The design of spectral fluorescence standards for the determination of the spectral responsivity s(λ) of fluorescence instruments requires emitter-matrix combinations, that are excitable with common light sources and measurable with typical instrument settings, photostable, and have broad and unstructured fluorescence emission spectra independent of excitation wavelength. Thereby, a dependence on the spectral bandpass of the fluorescence instrument to be calibrated is minimized. To cover a spectral window of several hundred nanometers, standard sets are needed such as the BAM Calibration Kit F001-F005, consisting of five dyes with overlapping emission spectra to ease the generation of an overall spectral correction curve for the UV/vis/NIR (Figure 1). Such an emission correction curve equals the inverse relative spectral responsivity of the fluorescence instrument to be calibrated.

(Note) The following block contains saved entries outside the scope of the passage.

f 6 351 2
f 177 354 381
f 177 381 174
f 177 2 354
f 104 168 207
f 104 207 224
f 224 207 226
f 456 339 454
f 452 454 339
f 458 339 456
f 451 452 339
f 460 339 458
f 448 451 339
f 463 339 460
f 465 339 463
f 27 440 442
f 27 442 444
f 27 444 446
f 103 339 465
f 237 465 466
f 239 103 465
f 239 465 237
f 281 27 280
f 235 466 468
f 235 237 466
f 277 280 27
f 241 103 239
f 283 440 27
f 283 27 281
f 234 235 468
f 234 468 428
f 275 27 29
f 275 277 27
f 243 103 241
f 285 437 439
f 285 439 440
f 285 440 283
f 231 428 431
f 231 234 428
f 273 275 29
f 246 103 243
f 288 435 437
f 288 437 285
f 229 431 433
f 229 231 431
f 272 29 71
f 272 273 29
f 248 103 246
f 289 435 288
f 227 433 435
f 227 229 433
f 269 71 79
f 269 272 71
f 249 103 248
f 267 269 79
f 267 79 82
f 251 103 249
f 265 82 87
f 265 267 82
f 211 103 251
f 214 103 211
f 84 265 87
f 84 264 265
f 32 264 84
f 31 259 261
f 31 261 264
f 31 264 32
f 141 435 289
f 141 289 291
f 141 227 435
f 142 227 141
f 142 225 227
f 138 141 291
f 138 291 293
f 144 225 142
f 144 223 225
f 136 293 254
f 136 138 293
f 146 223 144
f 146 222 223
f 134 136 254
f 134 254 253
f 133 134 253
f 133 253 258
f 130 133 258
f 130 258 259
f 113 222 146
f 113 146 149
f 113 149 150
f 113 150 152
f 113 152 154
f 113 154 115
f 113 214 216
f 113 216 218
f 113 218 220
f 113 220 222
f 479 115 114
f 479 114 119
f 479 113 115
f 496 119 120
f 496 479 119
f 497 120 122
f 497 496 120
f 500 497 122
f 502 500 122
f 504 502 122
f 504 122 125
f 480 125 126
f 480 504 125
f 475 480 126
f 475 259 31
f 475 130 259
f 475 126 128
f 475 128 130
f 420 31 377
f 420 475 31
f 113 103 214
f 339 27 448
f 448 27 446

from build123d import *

This correction curve is obtained by calculating the quotients of the certified normalized corrected fluorescence emission spectra and the instrument-specific, i.e., uncorrected (non-normalized) emission spectra of the BAM standards measured with the fluorescence instrument to be calibrated for each set component, followed by the weighted merging of the individual correction curves of the Kit dyes (Figure 1). As this merging procedure can be challenging, BAM developed the user-friendly software LINKCORR, which contains the certified emission spectra of the BAM dyes including their wavelength-dependent uncertainties and performs this data evaluation in a standardized way previously validated by us. Multiplication of measured fluorescence emission spectra with this emission correction curve yields instrument-independent corrected emission spectra.

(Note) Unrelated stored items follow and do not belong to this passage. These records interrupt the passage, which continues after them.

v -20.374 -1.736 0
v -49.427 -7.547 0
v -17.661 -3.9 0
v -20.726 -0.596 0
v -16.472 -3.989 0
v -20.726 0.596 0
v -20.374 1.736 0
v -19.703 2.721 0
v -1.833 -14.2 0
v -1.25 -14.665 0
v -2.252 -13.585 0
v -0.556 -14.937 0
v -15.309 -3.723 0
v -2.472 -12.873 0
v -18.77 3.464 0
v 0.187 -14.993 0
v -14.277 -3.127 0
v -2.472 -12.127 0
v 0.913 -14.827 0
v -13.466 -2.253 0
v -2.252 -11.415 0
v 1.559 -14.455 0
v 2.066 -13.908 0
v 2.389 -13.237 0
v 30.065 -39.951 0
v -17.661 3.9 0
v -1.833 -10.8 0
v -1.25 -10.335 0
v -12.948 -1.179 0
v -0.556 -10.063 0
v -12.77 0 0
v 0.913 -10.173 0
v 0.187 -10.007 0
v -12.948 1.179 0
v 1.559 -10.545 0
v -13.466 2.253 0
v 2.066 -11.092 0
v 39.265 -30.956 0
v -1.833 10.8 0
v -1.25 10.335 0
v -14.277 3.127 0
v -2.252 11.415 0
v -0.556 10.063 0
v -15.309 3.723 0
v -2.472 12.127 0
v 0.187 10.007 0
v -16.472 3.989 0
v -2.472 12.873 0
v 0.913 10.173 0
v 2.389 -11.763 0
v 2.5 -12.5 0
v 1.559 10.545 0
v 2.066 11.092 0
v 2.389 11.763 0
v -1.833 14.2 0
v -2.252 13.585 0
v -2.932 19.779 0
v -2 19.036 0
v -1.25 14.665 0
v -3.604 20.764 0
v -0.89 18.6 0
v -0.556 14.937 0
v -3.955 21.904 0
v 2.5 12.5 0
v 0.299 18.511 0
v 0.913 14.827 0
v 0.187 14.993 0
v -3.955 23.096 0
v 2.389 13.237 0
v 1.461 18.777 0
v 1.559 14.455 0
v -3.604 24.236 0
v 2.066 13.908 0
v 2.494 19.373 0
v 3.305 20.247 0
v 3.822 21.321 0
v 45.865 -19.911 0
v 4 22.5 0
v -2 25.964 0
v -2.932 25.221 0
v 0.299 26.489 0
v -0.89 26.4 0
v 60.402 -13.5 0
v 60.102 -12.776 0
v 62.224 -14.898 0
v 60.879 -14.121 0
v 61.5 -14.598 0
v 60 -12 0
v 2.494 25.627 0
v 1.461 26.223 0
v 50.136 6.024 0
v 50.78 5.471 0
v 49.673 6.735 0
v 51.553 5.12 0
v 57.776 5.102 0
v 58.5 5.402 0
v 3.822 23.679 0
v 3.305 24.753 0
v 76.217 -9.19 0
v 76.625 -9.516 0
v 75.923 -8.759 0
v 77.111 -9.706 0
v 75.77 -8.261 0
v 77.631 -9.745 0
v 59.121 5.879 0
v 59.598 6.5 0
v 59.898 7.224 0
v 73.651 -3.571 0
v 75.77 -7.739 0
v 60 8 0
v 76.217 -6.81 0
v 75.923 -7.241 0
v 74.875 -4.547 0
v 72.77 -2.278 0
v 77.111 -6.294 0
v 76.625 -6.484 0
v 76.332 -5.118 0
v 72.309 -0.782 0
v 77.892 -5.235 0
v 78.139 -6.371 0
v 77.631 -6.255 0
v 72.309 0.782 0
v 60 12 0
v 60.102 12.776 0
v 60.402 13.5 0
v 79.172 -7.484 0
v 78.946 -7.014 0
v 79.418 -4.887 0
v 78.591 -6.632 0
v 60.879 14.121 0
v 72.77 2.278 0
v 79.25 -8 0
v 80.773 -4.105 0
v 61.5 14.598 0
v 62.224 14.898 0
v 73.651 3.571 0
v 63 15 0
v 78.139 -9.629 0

The BAM spectral fluorescence standards have been designed for use as liquid fluorescence standards, i.e., as ethanolic dye solutions. Advantages of liquid fluorescence standards are a homogeneous chromophore distribution, flexibility with respect to emitter concentration and measurement geometry, and ease of format adaptation. Such liquid standards can be utilized for calibrating and characterizing different fluorescence instruments such as fluorescence spectrometers, microtiter plate readers, and fluorescence microscopes. Also, dye solutions closely resemble typically measured liquid samples and are not prone to local photobleaching effects as well as to polarization effects, contrary to solid fluorescence standards. As dye solutions have a limited shelf life of a few months, the fluorescence standards are provided as solid dyes. BAM provides a SOP for RM handling and usage, including the preparation of the dye solutions using ethanol of high purity and documentation on the storage conditions of the standards and their shelf life.

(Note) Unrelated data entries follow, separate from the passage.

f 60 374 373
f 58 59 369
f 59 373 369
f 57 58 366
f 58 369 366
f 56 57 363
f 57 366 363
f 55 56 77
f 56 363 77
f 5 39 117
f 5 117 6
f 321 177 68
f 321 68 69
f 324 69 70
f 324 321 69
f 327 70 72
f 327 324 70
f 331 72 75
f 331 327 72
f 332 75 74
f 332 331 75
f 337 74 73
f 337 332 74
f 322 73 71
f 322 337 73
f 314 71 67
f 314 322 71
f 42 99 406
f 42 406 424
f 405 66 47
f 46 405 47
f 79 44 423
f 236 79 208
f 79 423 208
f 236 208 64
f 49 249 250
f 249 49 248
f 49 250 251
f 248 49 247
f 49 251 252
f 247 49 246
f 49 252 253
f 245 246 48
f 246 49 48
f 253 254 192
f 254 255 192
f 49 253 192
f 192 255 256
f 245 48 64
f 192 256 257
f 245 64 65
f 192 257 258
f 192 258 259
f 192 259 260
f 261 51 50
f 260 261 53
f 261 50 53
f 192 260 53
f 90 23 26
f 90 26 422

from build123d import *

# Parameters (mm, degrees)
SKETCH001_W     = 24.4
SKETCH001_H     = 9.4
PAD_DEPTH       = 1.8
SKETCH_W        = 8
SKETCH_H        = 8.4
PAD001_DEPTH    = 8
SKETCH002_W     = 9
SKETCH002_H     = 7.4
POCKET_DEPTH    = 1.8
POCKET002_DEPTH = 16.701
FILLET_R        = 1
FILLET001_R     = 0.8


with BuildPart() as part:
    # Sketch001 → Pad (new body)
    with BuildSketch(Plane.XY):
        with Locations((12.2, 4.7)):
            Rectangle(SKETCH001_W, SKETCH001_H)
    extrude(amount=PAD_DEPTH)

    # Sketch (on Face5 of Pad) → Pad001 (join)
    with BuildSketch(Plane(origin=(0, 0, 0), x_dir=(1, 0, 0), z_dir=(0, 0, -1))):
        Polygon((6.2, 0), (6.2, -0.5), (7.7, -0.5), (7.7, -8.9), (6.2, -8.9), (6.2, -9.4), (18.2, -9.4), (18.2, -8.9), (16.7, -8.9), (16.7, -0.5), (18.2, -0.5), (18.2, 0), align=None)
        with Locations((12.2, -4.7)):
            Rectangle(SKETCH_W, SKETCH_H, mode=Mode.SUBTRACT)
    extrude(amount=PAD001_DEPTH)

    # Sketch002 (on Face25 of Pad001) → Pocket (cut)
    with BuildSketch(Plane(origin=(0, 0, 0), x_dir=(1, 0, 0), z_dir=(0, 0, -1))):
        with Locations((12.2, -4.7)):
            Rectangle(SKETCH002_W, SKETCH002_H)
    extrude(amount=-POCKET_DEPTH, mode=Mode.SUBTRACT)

Extending the BAM Calibration Kit to the NIR with two novel NIR fluorophores

To expand the wavelength range of the BAM Calibration Kit from 300-730 nm, we developed the novel fluorescence standards BAM-F007 and BAM-F009 and certified their emission spectra in ethanol, extending from 580 nm to 940 nm (Figure 1). Certification involved the calculation of the respective wavelength-dependent uncertainty budgets including contributions from homogeneity and stability studies. Thereby, fluorescence instruments can now be traceably calibrated from 300 nm to 940 nm, enabling comparable fluorescence measurements in the UV/vis/NIR.

Future Work 

In the future, the applicability of the BAM Calibration Kit for calibrating fluorescence instruments such as microplate readers and fluorescence microscopes is explored and the assessment of aging-induced changes in spectral sensitivity. This also includes the development of fluorescence standards for the emerging short-wave infrared (SWIR) to improve the comparability of fluorescence measurements > 1000 nm.

Figure 1. Working principle of the BAM Calibration Kit F001-F005 and the BAM certified instrument independent emission spectra of the seven kit components.